Output only the lines from the one holding "f 131 132 130" to the end of the data below, please, copied exactly.

Records from a data collection:

▬▬▬

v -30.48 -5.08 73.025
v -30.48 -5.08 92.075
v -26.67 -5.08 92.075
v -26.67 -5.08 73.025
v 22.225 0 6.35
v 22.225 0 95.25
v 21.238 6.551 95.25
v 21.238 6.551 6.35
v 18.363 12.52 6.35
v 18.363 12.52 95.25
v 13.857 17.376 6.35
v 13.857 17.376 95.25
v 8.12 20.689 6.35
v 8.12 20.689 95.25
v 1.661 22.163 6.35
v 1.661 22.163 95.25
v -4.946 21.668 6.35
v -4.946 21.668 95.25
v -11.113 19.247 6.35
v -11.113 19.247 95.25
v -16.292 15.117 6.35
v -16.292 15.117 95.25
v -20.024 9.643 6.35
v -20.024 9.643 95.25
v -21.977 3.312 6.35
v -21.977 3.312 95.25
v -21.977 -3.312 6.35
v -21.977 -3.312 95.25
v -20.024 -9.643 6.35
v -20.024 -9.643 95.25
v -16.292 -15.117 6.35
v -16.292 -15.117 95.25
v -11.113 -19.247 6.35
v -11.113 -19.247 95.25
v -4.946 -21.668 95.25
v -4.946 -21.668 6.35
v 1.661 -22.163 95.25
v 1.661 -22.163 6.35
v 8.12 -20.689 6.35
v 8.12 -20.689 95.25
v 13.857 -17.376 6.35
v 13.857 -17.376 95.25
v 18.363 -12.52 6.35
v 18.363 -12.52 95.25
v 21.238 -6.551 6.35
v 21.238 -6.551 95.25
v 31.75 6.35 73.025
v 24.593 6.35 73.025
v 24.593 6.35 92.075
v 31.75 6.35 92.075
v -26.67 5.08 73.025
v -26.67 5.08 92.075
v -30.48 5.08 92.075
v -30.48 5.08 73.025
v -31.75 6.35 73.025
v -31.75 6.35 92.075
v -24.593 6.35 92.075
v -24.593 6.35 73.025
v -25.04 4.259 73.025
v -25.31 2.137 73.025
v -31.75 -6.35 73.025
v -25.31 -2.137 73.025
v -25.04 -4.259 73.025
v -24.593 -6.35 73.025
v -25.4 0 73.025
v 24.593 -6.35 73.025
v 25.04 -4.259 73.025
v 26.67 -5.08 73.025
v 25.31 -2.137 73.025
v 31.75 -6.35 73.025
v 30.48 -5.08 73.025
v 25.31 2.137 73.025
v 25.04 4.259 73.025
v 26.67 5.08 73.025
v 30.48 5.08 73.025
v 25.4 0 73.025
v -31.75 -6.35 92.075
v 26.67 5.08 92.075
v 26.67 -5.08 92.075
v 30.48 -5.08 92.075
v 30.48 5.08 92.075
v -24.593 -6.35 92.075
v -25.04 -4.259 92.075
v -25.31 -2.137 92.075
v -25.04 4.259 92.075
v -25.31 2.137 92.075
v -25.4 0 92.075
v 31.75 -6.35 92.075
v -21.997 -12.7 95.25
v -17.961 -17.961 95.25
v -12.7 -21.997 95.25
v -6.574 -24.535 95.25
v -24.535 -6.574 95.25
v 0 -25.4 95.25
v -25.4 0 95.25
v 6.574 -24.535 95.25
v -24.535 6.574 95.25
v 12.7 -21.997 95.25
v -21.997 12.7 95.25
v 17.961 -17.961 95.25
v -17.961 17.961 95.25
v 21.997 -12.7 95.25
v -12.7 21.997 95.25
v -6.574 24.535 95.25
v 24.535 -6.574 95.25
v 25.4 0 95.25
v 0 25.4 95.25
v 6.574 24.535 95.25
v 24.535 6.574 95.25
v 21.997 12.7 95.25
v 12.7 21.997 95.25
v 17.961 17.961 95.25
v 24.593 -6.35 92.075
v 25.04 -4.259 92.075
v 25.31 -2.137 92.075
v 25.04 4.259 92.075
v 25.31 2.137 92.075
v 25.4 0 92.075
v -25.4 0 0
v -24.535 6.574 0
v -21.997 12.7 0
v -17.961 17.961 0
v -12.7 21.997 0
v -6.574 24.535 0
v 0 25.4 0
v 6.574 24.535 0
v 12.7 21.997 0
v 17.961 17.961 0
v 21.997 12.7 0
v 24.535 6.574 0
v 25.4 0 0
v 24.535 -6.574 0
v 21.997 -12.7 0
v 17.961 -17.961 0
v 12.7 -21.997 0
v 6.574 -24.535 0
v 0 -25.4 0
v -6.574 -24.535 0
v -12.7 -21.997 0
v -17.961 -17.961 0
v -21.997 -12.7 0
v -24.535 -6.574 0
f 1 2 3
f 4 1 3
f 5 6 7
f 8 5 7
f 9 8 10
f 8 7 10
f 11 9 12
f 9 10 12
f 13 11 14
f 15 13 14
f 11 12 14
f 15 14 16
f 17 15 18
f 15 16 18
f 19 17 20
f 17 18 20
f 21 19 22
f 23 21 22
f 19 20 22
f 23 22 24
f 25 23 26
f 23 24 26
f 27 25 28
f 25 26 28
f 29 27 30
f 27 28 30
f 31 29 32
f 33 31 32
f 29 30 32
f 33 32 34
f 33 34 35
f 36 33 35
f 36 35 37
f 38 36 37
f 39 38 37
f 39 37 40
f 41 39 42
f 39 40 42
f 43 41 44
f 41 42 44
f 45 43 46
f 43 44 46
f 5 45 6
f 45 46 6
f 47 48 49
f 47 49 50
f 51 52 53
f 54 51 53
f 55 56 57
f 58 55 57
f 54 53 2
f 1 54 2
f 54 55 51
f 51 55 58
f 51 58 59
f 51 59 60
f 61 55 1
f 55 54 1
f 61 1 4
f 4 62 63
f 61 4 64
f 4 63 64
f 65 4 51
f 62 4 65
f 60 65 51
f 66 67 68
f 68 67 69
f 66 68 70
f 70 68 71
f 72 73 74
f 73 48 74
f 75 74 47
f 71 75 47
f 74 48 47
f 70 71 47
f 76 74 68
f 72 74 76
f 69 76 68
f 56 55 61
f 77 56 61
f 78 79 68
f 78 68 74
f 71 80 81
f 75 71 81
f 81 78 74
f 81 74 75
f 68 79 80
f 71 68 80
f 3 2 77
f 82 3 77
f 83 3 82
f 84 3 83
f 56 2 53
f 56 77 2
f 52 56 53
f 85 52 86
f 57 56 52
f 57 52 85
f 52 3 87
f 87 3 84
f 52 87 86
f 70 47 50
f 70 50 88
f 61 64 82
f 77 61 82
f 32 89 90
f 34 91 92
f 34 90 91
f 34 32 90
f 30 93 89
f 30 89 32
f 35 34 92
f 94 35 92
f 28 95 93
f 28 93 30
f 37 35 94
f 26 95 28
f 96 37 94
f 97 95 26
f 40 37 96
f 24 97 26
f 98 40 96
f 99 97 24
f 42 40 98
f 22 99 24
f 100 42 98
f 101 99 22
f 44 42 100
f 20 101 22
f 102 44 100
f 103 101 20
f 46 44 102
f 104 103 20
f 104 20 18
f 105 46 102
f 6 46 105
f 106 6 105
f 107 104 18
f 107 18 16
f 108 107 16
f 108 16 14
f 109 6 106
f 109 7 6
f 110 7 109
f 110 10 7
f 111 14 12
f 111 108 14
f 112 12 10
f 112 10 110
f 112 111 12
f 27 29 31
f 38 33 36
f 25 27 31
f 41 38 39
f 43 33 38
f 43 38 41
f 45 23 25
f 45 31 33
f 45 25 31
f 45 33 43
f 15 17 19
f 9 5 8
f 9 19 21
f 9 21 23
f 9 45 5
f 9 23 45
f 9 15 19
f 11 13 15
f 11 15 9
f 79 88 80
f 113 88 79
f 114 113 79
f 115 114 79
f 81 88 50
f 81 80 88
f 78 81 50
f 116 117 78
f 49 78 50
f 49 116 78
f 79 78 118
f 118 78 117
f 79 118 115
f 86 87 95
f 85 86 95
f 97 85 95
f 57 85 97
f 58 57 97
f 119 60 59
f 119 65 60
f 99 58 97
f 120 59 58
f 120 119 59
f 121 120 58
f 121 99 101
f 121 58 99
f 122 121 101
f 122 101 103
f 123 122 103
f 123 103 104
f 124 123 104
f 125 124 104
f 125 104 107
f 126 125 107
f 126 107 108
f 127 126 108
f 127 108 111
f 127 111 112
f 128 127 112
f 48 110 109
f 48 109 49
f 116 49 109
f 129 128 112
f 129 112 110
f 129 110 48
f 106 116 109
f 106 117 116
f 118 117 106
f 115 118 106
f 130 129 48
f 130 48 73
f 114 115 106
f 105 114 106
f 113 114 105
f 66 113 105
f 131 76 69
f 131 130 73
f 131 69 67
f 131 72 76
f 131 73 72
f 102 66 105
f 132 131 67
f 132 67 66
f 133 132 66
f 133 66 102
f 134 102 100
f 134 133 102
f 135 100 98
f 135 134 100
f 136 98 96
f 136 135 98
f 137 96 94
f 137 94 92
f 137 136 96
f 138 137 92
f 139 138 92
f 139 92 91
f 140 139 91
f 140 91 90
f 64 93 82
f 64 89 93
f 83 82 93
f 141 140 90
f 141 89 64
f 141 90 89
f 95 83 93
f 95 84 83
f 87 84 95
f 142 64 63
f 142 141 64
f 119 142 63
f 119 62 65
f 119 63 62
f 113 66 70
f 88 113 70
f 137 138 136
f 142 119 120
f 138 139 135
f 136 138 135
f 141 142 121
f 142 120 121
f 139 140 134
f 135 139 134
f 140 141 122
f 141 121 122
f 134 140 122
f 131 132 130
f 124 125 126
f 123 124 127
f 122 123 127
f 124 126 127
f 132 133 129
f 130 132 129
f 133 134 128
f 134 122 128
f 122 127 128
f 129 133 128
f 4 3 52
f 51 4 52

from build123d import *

# Parameters (mm, degrees)
F0_W          = 50.8
F0_H          = 50.8
F1_DEPTH      = 95.25
F3_DEPTH      = 6.35
F5_W          = 3.81
F5_H          = 10.16
F6_DEPTH      = 25.4
F7_T4_DEPTH   = 222.25
F7_T10_DEPTH  = 222.25
F7_T16_DEPTH  = 222.25
F7_T23_DEPTH  = 222.25
F7_T29_DEPTH  = 222.25
F7_T35_DEPTH  = 222.25
F7_T41_DEPTH  = 222.25
F7_T47_DEPTH  = 222.25
F7_T54_DEPTH  = 222.25
F7_T60_DEPTH  = 222.25
F7_T66_DEPTH  = 222.25
F7_T72_DEPTH  = 222.25
F7_T78_DEPTH  = 222.25
F7_T85_DEPTH  = 222.25
F7_T91_DEPTH  = 222.25
F7_T97_DEPTH  = 222.25
F7_T103_DEPTH = 222.25
F7_T109_DEPTH = 222.25
F7_T116_DEPTH = 222.25
F7_T122_DEPTH = 222.25
F8_R          = 22.225
F9_DEPTH      = 88.9


# Not quite as in the source:
# - a fillet or chamfer that OpenCascade refuses, or shapes differently, is made with other operations: its cross-section is extruded or revolved along the edge and cut away or added


with BuildPart() as f1:
    # F0 (on Top) → F1 (new body)
    with BuildSketch(Plane.XY):
        Rectangle(F0_W, F0_H)
    extrude(amount=F1_DEPTH)

    # F2 (on face) → F3 (join)
    with BuildSketch(Plane(origin=(-25.4, 0, 0), x_dir=(0, -1, 0), z_dir=(-1, 0, 0))):
        Polygon((-6.35, 73.025), (6.35, 73.025), (6.35, 92.075), (0, 92.075), (-6.35, 92.075), align=None)
    extrude(amount=F3_DEPTH)

    # F4: F1 across plane


with BuildPart() as f1_1:
    add(f1.part)
    add(f1.part.mirror(Plane.YZ))

    # F5 (on face) → F6 (cut)
    with BuildSketch(Plane.XY.offset(95.25)):
        Polygon((-26.67, -5.08), (-26.67, 0), (-28.575, 0), (-30.48, 0), (-30.48, -5.08), align=None)
        Polygon((-28.575, 0), (-26.67, 0), (-26.67, 5.08), (-30.48, 5.08), (-30.48, 0), align=None)
        with Locations((28.575, 0)):
            Rectangle(F5_W, F5_H)
    extrude(amount=-F6_DEPTH, mode=Mode.SUBTRACT)

    # F7: fillet of radius 25.4 on 4 edges, made by hand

▬▬▬

- **Response**:
f 131 132 130
f 124 125 126
f 123 124 127
f 122 123 127
f 124 126 127
f 132 133 129
f 130 132 129
f 133 134 128
f 134 122 128
f 122 127 128
f 129 133 128
f 4 3 52
f 51 4 52

from build123d import *

# Parameters (mm, degrees)
F0_W          = 50.8
F0_H          = 50.8
F1_DEPTH      = 95.25
F3_DEPTH      = 6.35
F5_W          = 3.81
F5_H          = 10.16
F6_DEPTH      = 25.4
F7_T4_DEPTH   = 222.25
F7_T10_DEPTH  = 222.25
F7_T16_DEPTH  = 222.25
F7_T23_DEPTH  = 222.25
F7_T29_DEPTH  = 222.25
F7_T35_DEPTH  = 222.25
F7_T41_DEPTH  = 222.25
F7_T47_DEPTH  = 222.25
F7_T54_DEPTH  = 222.25
F7_T60_DEPTH  = 222.25
F7_T66_DEPTH  = 222.25
F7_T72_DEPTH  = 222.25
F7_T78_DEPTH  = 222.25
F7_T85_DEPTH  = 222.25
F7_T91_DEPTH  = 222.25
F7_T97_DEPTH  = 222.25
F7_T103_DEPTH = 222.25
F7_T109_DEPTH = 222.25
F7_T116_DEPTH = 222.25
F7_T122_DEPTH = 222.25
F8_R          = 22.225
F9_DEPTH      = 88.9


# Not quite as in the source:
# - a fillet or chamfer that OpenCascade refuses, or shapes differently, is made with other operations: its cross-section is extruded or revolved along the edge and cut away or added


with BuildPart() as f1:
    # F0 (on Top) → F1 (new body)
    with BuildSketch(Plane.XY):
        Rectangle(F0_W, F0_H)
    extrude(amount=F1_DEPTH)

    # F2 (on face) → F3 (join)
    with BuildSketch(Plane(origin=(-25.4, 0, 0), x_dir=(0, -1, 0), z_dir=(-1, 0, 0))):
        Polygon((-6.35, 73.025), (6.35, 73.025), (6.35, 92.075), (0, 92.075), (-6.35, 92.075), align=None)
    extrude(amount=F3_DEPTH)

    # F4: F1 across plane


with BuildPart() as f1_1:
    add(f1.part)
    add(f1.part.mirror(Plane.YZ))

    # F5 (on face) → F6 (cut)
    with BuildSketch(Plane.XY.offset(95.25)):
        Polygon((-26.67, -5.08), (-26.67, 0), (-28.575, 0), (-30.48, 0), (-30.48, -5.08), align=None)
        Polygon((-28.575, 0), (-26.67, 0), (-26.67, 5.08), (-30.48, 5.08), (-30.48, 0), align=None)
        with Locations((28.575, 0)):
            Rectangle(F5_W, F5_H)
    extrude(amount=-F6_DEPTH, mode=Mode.SUBTRACT)

    # F7: fillet of radius 25.4 on 4 edges, made by hand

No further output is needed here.